Adds CUDA C++11 and Profiling Notes (#21386)

syed-ahmed · facebook-github-bot · commit 95eb9339c10f · 2019-06-04T19:18:55.000-07:00
Summary: Pull Request resolved: #21386 ghimport-source-id: 9430c76 Differential Revision: D15640102 Pulled By: ezyang fbshipit-source-id: 98a5efdea9b1de05207ebd3624cb20acda9fe96b
diff --git a/CONTRIBUTING.md b/CONTRIBUTING.md
@@ -369,6 +369,39 @@ If you are working on the CUDA code, here are some useful CUDA debugging tips:
     slow down the build process for about 50% (compared to only `DEBUG=1`), so use wisely.
 2. `cuda-gdb` and `cuda-memcheck` are your best CUDA debugging friends. Unlike`gdb`,
    `cuda-gdb` can display actual values in a CUDA tensor (rather than all zeros).
+3. CUDA supports a lot of C++11 features such as, `std::numeric_limits`, `std::nextafter`,
+   `std::tuple` etc. in device code. Many of such features are possible because of the
+   [--expt-relaxed-constexpr](https://docs.nvidia.com/cuda/cuda-c-programming-guide/index.html#constexpr-functions)
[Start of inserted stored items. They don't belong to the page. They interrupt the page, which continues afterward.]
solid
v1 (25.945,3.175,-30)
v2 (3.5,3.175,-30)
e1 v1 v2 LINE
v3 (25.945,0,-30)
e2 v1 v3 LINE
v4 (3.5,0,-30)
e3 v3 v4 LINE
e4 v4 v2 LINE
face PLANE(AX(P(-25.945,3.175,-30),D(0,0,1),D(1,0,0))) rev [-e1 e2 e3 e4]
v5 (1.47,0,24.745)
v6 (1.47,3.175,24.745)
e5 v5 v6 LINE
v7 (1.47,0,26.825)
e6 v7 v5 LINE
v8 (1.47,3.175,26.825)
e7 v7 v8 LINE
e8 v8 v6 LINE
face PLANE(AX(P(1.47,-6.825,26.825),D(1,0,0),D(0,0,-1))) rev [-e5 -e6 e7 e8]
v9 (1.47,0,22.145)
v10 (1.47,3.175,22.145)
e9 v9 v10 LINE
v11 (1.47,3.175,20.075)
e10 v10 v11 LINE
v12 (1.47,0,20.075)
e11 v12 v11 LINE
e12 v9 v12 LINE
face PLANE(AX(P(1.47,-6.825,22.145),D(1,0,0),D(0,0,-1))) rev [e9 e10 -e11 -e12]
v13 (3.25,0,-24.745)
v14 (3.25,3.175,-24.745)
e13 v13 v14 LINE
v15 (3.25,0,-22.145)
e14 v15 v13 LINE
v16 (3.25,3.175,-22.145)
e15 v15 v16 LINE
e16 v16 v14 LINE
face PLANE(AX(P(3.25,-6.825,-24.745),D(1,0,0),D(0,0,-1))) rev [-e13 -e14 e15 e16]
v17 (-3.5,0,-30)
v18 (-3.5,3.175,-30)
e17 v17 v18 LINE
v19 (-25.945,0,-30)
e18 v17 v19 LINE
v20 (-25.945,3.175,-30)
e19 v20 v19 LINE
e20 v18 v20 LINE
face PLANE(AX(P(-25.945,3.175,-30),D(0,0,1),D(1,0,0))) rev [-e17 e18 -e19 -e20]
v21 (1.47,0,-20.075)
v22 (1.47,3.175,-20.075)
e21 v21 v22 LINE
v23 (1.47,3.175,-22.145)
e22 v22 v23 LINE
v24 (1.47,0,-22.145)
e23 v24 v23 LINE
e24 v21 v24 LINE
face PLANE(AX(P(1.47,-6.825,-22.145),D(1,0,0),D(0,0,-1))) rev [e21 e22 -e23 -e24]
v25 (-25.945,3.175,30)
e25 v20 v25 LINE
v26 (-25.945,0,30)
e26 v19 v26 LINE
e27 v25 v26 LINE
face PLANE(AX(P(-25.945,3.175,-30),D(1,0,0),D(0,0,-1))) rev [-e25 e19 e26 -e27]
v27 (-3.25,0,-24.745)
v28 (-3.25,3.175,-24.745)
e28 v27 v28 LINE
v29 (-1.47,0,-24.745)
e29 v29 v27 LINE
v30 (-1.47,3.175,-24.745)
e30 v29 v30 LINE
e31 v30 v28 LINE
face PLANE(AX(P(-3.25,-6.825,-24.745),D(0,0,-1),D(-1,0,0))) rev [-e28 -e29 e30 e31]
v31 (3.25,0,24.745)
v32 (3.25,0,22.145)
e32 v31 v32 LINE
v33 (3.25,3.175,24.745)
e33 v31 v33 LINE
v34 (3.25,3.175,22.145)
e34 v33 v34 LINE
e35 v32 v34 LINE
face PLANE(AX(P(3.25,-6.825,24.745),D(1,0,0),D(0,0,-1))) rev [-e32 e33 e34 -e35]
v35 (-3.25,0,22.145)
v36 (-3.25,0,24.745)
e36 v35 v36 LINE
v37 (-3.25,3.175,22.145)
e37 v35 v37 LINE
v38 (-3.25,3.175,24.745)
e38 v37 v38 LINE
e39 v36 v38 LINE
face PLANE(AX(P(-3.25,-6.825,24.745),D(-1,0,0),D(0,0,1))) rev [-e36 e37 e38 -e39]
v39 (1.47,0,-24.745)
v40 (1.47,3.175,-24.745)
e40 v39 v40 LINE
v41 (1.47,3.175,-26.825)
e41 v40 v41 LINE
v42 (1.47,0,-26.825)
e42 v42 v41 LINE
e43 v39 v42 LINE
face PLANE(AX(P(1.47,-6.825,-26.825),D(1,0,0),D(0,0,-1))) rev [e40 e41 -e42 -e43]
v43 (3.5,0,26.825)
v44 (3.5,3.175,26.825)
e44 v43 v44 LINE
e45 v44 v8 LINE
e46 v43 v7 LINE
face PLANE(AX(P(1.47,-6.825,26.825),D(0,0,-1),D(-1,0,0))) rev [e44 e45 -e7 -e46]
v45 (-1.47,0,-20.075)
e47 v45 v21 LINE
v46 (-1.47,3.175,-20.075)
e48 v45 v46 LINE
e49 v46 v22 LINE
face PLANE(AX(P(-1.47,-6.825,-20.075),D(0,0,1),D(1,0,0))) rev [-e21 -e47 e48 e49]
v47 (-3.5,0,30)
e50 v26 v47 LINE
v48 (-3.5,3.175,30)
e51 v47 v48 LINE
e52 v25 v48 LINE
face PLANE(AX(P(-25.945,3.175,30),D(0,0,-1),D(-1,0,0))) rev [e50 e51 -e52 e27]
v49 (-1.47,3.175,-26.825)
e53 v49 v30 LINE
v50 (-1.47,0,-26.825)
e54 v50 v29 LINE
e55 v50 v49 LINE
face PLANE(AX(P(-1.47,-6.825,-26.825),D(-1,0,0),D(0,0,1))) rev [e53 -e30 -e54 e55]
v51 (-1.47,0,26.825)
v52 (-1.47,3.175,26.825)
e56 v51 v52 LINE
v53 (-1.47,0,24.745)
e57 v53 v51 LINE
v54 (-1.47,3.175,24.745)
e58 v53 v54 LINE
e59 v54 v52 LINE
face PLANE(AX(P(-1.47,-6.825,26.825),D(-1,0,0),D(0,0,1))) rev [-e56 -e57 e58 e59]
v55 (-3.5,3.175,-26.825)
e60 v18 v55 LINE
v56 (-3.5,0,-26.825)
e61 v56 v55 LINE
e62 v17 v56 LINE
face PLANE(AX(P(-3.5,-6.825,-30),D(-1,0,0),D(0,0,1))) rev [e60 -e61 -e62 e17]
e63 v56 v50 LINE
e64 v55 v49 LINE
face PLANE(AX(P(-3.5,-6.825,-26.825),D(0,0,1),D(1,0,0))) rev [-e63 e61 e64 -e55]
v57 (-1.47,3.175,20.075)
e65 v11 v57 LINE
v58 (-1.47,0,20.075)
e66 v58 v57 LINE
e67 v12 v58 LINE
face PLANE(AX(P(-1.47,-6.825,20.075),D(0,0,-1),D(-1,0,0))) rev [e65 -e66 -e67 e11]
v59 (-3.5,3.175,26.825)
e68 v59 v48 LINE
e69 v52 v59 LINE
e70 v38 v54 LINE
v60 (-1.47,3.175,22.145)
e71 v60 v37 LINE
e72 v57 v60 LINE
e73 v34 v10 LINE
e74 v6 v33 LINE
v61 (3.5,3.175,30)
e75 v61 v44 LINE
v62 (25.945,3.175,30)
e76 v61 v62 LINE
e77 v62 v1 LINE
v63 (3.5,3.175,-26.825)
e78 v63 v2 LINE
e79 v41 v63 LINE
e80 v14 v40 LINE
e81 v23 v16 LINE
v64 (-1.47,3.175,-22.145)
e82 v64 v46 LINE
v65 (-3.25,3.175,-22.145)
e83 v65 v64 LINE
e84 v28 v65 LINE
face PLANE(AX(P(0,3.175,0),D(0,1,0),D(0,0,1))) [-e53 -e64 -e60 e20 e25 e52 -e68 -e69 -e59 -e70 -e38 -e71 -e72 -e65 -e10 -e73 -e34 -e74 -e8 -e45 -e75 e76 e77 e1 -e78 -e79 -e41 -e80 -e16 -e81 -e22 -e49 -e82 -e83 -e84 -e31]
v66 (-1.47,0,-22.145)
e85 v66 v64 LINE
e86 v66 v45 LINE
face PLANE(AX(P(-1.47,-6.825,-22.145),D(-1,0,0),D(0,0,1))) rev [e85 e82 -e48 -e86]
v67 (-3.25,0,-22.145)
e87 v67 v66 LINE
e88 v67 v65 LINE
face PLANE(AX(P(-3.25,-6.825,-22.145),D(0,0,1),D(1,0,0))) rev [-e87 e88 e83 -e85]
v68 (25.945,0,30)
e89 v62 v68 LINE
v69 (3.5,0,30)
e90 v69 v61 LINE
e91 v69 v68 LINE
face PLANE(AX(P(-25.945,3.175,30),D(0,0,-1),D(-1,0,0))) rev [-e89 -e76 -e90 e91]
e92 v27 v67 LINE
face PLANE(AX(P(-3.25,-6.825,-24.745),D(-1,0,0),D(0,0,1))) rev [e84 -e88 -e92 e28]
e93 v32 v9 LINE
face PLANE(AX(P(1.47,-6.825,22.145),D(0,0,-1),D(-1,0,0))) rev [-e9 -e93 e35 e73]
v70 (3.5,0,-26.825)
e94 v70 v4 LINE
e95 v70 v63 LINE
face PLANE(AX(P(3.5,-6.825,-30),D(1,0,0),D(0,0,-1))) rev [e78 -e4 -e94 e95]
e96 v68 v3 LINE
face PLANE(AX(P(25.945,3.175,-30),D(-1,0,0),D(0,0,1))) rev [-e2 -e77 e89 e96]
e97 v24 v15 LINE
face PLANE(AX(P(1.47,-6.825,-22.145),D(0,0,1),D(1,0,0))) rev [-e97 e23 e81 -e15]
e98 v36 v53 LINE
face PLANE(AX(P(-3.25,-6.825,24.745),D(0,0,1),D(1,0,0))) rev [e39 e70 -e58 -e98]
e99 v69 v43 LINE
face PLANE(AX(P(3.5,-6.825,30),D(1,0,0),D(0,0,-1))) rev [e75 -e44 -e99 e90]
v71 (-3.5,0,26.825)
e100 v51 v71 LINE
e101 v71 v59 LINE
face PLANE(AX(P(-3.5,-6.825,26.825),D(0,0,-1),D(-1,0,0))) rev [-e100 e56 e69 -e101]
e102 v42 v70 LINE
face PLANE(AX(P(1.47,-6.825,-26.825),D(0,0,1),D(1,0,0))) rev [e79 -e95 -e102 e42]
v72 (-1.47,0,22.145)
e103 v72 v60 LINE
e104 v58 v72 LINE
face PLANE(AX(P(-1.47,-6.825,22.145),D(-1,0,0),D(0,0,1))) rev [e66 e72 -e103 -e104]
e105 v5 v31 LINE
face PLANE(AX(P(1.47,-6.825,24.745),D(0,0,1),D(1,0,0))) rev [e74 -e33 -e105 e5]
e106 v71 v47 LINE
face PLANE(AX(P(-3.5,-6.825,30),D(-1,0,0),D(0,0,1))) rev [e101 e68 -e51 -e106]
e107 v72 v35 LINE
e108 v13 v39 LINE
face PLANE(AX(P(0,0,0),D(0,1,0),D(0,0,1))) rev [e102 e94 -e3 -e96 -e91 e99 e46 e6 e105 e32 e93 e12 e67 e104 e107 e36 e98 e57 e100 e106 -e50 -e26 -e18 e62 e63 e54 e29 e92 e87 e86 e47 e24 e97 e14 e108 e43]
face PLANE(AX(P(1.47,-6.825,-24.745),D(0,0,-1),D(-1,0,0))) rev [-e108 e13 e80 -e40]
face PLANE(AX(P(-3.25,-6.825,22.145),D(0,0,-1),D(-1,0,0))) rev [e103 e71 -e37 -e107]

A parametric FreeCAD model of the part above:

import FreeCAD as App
import Part
import Sketcher


def add_polygon(sketch, points):
    """Adds a closed chain of lines whose ends are joined by coincident constraints."""
    first, n = sketch.GeometryCount, len(points)
    for a, b in zip(points, points[1:] + points[:1]):
        sketch.addGeometry(Part.LineSegment(App.Vector(*a, 0), App.Vector(*b, 0)), False)
    for i in range(n):
        sketch.addConstraint(Sketcher.Constraint("Coincident", first + i, 2, first + (i + 1) % n, 1))

doc = App.newDocument("Part")
body = doc.addObject("PartDesign::Body", "Body")

# Sketch on XZ plane
sketch1 = body.newObject("Sketcher::SketchObject", "Sketch")
sketch1.AttachmentSupport = (doc.getObject("XZ_Plane"), [""])
sketch1.MapMode = "FlatFace"
add_polygon(sketch1, [(-26, -30), (-26, 30), (26, 30), (26, -30)])  # lines 0-3
sketch1.addConstraint([
    Sketcher.Constraint("Vertical", 0),
    Sketcher.Constraint("Horizontal", 1),
    Sketcher.Constraint("Vertical", 2),
    Sketcher.Constraint("Horizontal", 3),
    Sketcher.Constraint("Symmetric", 0, 2, 2, 2, -1, 1),
    Sketcher.Constraint("DistanceY", 0, 1, 0, 2, 60.0),
    Sketcher.Constraint("DistanceX", 1, 1, 1, 2, 51.89),
])
pad1 = body.newObject("PartDesign::Pad", "Pad")
pad1.Profile = sketch1
pad1.Length = 3.175
pad1.Reversed = True

# Sketch on XZ plane
sketch2 = body.newObject("Sketcher::SketchObject", "Sketch001")
sketch2.AttachmentSupport = (doc.getObject("XZ_Plane"), [""])
sketch2.MapMode = "FlatFace"
sketch2.AttachmentOffset = App.Placement(App.Vector(0, 0, -3.175), App.Rotation())
add_polygon(sketch2, [(3.5, -30), (-3.5, -30), (-3.5, -26.8), (-1.5, -26.8), (-1.5, -24.7), (-3.2, -24.7), (-3.2, -22.1), (-1.5, -22.1), (-1.5, -20.1), (1.5, -20.1), (1.5, -22.1), (3.2, -22.1), (3.2, -24.7), (1.5, -24.7), (1.5, -26.8), (3.5, -26.8)])  # lines 0-15
add_polygon(sketch2, [(1.5, 26.8), (1.5, 24.7), (3.2, 24.7), (3.2, 22.1), (1.5, 22.1), (1.5, 20.1), (-1.5, 20.1), (-1.5, 22.1), (-3.2, 22.1), (-3.2, 24.7), (-1.5, 24.7), (-1.5, 26.8), (-3.5, 26.8), (-3.5, 30), (3.5, 30), (3.5, 26.8)])  # lines 16-31
sketch2.addConstraint([
    Sketcher.Constraint("Horizontal", 0),
    Sketcher.Constraint("Vertical", 1),
    Sketcher.Constraint("Horizontal", 2),
    Sketcher.Constraint("Vertical", 3),
    Sketcher.Constraint("Horizontal", 4),
    Sketcher.Constraint("Vertical", 5),
    Sketcher.Constraint("Horizontal", 6),
    Sketcher.Constraint("Vertical", 7),
    Sketcher.Constraint("Horizontal", 8),
    Sketcher.Constraint("Vertical", 9),
    Sketcher.Constraint("Horizontal", 10),
    Sketcher.Constraint("Vertical", 11),
    Sketcher.Constraint("Horizontal", 12),
    Sketcher.Constraint("Vertical", 13),
    Sketcher.Constraint("Horizontal", 14),
    Sketcher.Constraint("Vertical", 15),
    Sketcher.Constraint("Vertical", 16),
    Sketcher.Constraint("Horizontal", 17),
    Sketcher.Constraint("Vertical", 18),
    Sketcher.Constraint("Horizontal", 19),
    Sketcher.Constraint("Vertical", 20),
    Sketcher.Constraint("Horizontal", 21),
    Sketcher.Constraint("Vertical", 22),
    Sketcher.Constraint("Horizontal", 23),
    Sketcher.Constraint("Vertical", 24),
    Sketcher.Constraint("Horizontal", 25),
    Sketcher.Constraint("Vertical", 26),
    Sketcher.Constraint("Horizontal", 27),
    Sketcher.Constraint("Vertical", 28),
    Sketcher.Constraint("Horizontal", 29),
    Sketcher.Constraint("Vertical", 30),
    Sketcher.Constraint("Horizontal", 31),
    Sketcher.Constraint("Symmetric", 3, 2, 16, 2, -1, 1),
    Sketcher.Constraint("Symmetric", 5, 2, 18, 2, -1, 1),
    Sketcher.Constraint("Symmetric", 7, 2, 20, 2, -1, 1),
    Sketcher.Constraint("Symmetric", 9, 2, 22, 2, -1, 1),
    Sketcher.Constraint("Symmetric", 11, 2, 24, 2, -1, 1),
    Sketcher.Constraint("Symmetric", 13, 2, 26, 2, -1, 1),
    Sketcher.Constraint("Symmetric", 15, 2, 28, 2, -1, 1),
    Sketcher.Constraint("Symmetric", 1, 2, 30, 2, -1, 1),
    Sketcher.Constraint("Symmetric", 6, 2, 9, 2, -2),
    Sketcher.Constraint("Symmetric", 4, 2, 11, 2, -2),
    Sketcher.Constraint("Symmetric", 2, 2, 13, 2, -2),
    Sketcher.Constraint("Vertical", 3, 2, 6, 2),
    Sketcher.Constraint("Vertical", 1, 2, 27, 2),
    Sketcher.Constraint("DistanceX", 0, 2, 0, 1, 7.0),
    Sketcher.Constraint("DistanceY", 5, 1, 5, 2, 2.6),
    Sketcher.Constraint("DistanceY", 0, 2, -1, 1, 30.0),
    Sketcher.Constraint("DistanceX", 2, 1, 2, 2, 2.03),
    Sketcher.Constraint("DistanceX", 4, 2, 4, 1, 1.78),
    Sketcher.Constraint("DistanceY", 3, 1, 3, 2, 2.08),
    Sketcher.Constraint("DistanceY", 7, 1, 7, 2, 2.07),
    Sketcher.Constraint("DistanceY", 1, 1, 1, 2, 3.175),
])
pocket1 = body.newObject("PartDesign::Pocket", "Pocket")
pocket1.Profile = sketch2
pocket1.Length = 10
pocket1.Reversed = True

doc.recompute()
+   nvcc flag. There is a known [issue](https://github.com/ROCm-Developer-Tools/HIP/issues/374)
+   that ROCm errors out on device code, which uses such stl functions.
+4. A good performance metric for a CUDA kernel is the
+   [Effective Memory Bandwidth](https://devblogs.nvidia.com/how-implement-performance-metrics-cuda-cc/).
+   It is useful for you to measure this metric whenever you are writing/optimizing a CUDA
+   kernel. Following script shows how we can measure the effective bandwidth of CUDA `uniform_`
+   kernel.
+   ```python
+   import torch
+   import time
+   size = 128*512
+   nrep = 100
+   nbytes_read_write = 4 # this is number of bytes read + written by a kernel. Change this to fit your kernel.
+
+   for i in range(10):
+       a=torch.Tensor(size).cuda().uniform_()
+       torch.cuda.synchronize()
+       start = time.time()
+       # dry run to alloc
+       out = a.uniform_()
+       torch.cuda.synchronize()
+       start = time.time()
+       for i in range(nrep):
+         out = a.uniform_()
+       torch.cuda.synchronize()
+       end = time.time()
+       timec = (end-start)/nrep
+       print("uniform, size, elements", size, "forward", timec, "bandwidth (GB/s)", size*(nbytes_read_write)*1e-9/timec)
+       size *=2
+   ```
 
 
 Hope this helps, and thanks for considering to contribute.